Exercise
Your task is to reproduce exactly the lines that run from the beginning of the data through the line where "Line((30.780994203, -23.4794714), (26.974802478, -16.868717352))" appears.

:: Records provided

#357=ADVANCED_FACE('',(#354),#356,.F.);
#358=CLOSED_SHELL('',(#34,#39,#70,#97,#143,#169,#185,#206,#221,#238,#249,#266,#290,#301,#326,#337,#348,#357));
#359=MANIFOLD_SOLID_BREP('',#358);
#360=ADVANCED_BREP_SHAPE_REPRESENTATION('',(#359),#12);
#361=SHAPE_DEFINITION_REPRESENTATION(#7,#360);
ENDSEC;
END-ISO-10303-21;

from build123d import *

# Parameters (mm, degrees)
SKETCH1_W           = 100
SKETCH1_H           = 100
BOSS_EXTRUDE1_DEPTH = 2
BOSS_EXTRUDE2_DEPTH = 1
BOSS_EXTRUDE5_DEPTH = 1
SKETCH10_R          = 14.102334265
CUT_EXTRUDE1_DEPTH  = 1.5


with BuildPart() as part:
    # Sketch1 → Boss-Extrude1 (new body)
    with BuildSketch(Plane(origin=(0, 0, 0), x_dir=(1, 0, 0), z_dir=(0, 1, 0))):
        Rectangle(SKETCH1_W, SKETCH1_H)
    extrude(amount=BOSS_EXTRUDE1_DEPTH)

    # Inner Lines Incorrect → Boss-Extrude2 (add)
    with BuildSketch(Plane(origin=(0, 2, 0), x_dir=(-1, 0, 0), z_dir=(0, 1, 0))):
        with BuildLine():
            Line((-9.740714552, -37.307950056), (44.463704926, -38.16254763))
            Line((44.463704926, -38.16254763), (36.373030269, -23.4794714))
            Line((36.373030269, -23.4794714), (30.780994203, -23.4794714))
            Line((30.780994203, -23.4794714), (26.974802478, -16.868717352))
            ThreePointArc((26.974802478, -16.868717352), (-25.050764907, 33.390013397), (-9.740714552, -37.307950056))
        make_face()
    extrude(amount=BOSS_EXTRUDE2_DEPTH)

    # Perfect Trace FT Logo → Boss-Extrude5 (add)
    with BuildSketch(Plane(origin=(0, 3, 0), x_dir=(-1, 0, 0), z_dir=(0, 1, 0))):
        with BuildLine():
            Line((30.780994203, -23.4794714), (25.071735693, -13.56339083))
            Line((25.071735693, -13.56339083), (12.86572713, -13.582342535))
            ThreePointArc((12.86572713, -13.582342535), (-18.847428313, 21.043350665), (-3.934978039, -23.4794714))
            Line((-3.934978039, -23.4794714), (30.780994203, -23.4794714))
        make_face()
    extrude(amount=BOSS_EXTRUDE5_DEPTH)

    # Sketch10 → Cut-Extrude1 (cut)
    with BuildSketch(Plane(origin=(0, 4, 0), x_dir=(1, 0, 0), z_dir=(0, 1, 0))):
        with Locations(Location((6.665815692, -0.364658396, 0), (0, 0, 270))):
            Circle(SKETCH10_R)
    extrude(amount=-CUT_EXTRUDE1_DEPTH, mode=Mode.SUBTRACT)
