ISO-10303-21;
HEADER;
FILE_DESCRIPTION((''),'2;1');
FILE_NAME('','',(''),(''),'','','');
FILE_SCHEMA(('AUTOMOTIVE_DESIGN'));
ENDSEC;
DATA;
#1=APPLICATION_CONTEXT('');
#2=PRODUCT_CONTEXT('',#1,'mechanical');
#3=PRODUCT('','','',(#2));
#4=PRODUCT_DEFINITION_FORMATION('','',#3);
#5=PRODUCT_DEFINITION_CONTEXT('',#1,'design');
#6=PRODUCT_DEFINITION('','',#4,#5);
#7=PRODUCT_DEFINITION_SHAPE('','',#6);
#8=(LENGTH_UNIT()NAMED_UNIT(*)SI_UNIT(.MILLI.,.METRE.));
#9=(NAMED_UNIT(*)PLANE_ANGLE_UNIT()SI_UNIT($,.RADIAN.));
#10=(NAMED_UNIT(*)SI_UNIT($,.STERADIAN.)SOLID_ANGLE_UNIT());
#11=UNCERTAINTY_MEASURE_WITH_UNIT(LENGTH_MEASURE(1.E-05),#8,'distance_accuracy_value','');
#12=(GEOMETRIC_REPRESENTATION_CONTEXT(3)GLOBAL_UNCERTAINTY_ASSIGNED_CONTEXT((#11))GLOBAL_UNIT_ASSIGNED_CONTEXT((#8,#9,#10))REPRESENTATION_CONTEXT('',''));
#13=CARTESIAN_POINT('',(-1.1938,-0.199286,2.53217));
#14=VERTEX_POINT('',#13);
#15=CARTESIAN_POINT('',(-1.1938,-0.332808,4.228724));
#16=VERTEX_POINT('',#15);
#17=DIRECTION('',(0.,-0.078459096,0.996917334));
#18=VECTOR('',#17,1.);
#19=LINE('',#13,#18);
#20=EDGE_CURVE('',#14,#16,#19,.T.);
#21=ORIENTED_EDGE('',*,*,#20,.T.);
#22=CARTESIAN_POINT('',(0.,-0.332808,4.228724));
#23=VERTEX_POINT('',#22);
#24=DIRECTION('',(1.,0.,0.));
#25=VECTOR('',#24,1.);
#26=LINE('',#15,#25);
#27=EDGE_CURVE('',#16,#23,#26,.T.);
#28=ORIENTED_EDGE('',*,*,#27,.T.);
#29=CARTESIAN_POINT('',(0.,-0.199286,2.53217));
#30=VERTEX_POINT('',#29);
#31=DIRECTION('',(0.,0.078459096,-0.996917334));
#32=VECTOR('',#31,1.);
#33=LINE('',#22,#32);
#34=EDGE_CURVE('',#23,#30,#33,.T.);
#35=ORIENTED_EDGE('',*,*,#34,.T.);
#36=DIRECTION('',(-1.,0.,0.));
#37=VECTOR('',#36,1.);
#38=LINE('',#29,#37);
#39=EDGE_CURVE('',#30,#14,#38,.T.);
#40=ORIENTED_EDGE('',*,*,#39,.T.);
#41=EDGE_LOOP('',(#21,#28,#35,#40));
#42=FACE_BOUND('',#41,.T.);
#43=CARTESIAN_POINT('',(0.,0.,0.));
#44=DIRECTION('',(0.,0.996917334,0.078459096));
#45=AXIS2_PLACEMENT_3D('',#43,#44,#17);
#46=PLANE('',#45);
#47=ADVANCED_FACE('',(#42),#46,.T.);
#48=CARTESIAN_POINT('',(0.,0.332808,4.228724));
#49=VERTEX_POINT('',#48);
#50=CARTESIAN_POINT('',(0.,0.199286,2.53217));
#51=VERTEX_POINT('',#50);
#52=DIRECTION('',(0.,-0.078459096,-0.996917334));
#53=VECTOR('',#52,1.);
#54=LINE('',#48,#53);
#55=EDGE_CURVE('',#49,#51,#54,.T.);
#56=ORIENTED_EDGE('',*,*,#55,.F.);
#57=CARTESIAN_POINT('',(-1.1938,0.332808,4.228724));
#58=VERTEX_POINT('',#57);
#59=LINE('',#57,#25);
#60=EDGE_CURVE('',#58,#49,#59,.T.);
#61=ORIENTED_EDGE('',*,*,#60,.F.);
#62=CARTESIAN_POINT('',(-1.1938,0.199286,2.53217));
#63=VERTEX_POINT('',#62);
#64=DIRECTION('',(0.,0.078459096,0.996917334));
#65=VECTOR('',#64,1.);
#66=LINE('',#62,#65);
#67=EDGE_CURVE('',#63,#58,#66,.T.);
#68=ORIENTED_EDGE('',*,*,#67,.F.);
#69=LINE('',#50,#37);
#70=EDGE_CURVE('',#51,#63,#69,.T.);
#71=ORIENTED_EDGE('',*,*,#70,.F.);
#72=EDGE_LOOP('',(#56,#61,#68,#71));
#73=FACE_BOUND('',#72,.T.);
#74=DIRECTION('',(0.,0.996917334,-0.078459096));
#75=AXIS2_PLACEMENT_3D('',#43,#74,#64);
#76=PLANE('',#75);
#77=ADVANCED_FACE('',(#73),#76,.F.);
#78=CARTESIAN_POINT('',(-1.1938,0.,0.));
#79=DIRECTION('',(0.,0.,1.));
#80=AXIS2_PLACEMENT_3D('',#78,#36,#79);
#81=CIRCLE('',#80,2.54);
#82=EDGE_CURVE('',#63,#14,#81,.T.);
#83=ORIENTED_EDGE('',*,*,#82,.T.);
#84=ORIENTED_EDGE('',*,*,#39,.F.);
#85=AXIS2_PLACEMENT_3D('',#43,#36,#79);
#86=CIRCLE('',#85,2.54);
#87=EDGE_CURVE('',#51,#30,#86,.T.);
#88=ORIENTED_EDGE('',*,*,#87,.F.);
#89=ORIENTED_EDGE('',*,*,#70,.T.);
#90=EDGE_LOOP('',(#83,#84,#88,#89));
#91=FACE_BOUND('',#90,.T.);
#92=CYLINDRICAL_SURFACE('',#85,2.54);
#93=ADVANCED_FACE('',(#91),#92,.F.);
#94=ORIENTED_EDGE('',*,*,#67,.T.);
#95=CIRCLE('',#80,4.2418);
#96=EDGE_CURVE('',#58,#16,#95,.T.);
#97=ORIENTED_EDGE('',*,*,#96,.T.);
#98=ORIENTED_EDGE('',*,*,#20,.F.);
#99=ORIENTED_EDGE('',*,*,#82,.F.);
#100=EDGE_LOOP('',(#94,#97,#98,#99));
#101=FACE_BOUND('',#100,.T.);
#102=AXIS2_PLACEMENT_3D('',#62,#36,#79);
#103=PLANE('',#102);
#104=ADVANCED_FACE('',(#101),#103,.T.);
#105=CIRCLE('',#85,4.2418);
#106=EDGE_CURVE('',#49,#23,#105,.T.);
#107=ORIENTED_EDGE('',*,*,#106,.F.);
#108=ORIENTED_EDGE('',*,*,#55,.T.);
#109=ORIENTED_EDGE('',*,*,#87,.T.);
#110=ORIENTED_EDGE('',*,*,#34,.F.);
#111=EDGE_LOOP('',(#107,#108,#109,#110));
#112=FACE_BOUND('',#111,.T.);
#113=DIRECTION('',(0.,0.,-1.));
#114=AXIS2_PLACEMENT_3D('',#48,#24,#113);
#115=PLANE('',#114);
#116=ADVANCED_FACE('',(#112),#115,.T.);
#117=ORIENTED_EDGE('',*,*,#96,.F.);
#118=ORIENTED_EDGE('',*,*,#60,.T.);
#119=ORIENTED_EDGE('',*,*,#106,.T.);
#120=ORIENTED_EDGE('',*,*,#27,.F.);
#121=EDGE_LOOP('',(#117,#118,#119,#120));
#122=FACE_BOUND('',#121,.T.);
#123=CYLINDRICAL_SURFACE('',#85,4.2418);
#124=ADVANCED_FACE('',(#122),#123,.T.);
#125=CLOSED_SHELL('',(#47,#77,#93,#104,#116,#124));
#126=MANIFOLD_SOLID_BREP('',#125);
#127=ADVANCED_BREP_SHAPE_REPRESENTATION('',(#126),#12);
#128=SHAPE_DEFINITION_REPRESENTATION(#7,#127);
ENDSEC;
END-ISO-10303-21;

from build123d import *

# Parameters (mm, degrees)
SKETCH1_W      = 1.1938
SKETCH1_H      = 1.7018
REVOLVE1_ANGLE = 351


with BuildPart() as part:
    # Sketch1 → Revolve1 (revolve)
    with BuildSketch(Plane(origin=(0, 0, 0), x_dir=(-1, 0, 0), z_dir=(0, 0.996917333733128, 0.07845909572784565))):
        with Locations((0.5969, 3.3909)):
            Rectangle(SKETCH1_W, SKETCH1_H)
    revolve(axis=Axis((0, 0, 0), (1, 0, 0)), revolution_arc=REVOLVE1_ANGLE)


solid = part.part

::::

Task solution
#357=ADVANCED_FACE('',(#354),#356,.F.);
#358=CLOSED_SHELL('',(#34,#39,#70,#97,#143,#169,#185,#206,#221,#238,#249,#266,#290,#301,#326,#337,#348,#357));
#359=MANIFOLD_SOLID_BREP('',#358);
#360=ADVANCED_BREP_SHAPE_REPRESENTATION('',(#359),#12);
#361=SHAPE_DEFINITION_REPRESENTATION(#7,#360);
ENDSEC;
END-ISO-10303-21;

from build123d import *

# Parameters (mm, degrees)
SKETCH1_W           = 100
SKETCH1_H           = 100
BOSS_EXTRUDE1_DEPTH = 2
BOSS_EXTRUDE2_DEPTH = 1
BOSS_EXTRUDE5_DEPTH = 1
SKETCH10_R          = 14.102334265
CUT_EXTRUDE1_DEPTH  = 1.5


with BuildPart() as part:
    # Sketch1 → Boss-Extrude1 (new body)
    with BuildSketch(Plane(origin=(0, 0, 0), x_dir=(1, 0, 0), z_dir=(0, 1, 0))):
        Rectangle(SKETCH1_W, SKETCH1_H)
    extrude(amount=BOSS_EXTRUDE1_DEPTH)

    # Inner Lines Incorrect → Boss-Extrude2 (add)
    with BuildSketch(Plane(origin=(0, 2, 0), x_dir=(-1, 0, 0), z_dir=(0, 1, 0))):
        with BuildLine():
            Line((-9.740714552, -37.307950056), (44.463704926, -38.16254763))
            Line((44.463704926, -38.16254763), (36.373030269, -23.4794714))
            Line((36.373030269, -23.4794714), (30.780994203, -23.4794714))
            Line((30.780994203, -23.4794714), (26.974802478, -16.868717352))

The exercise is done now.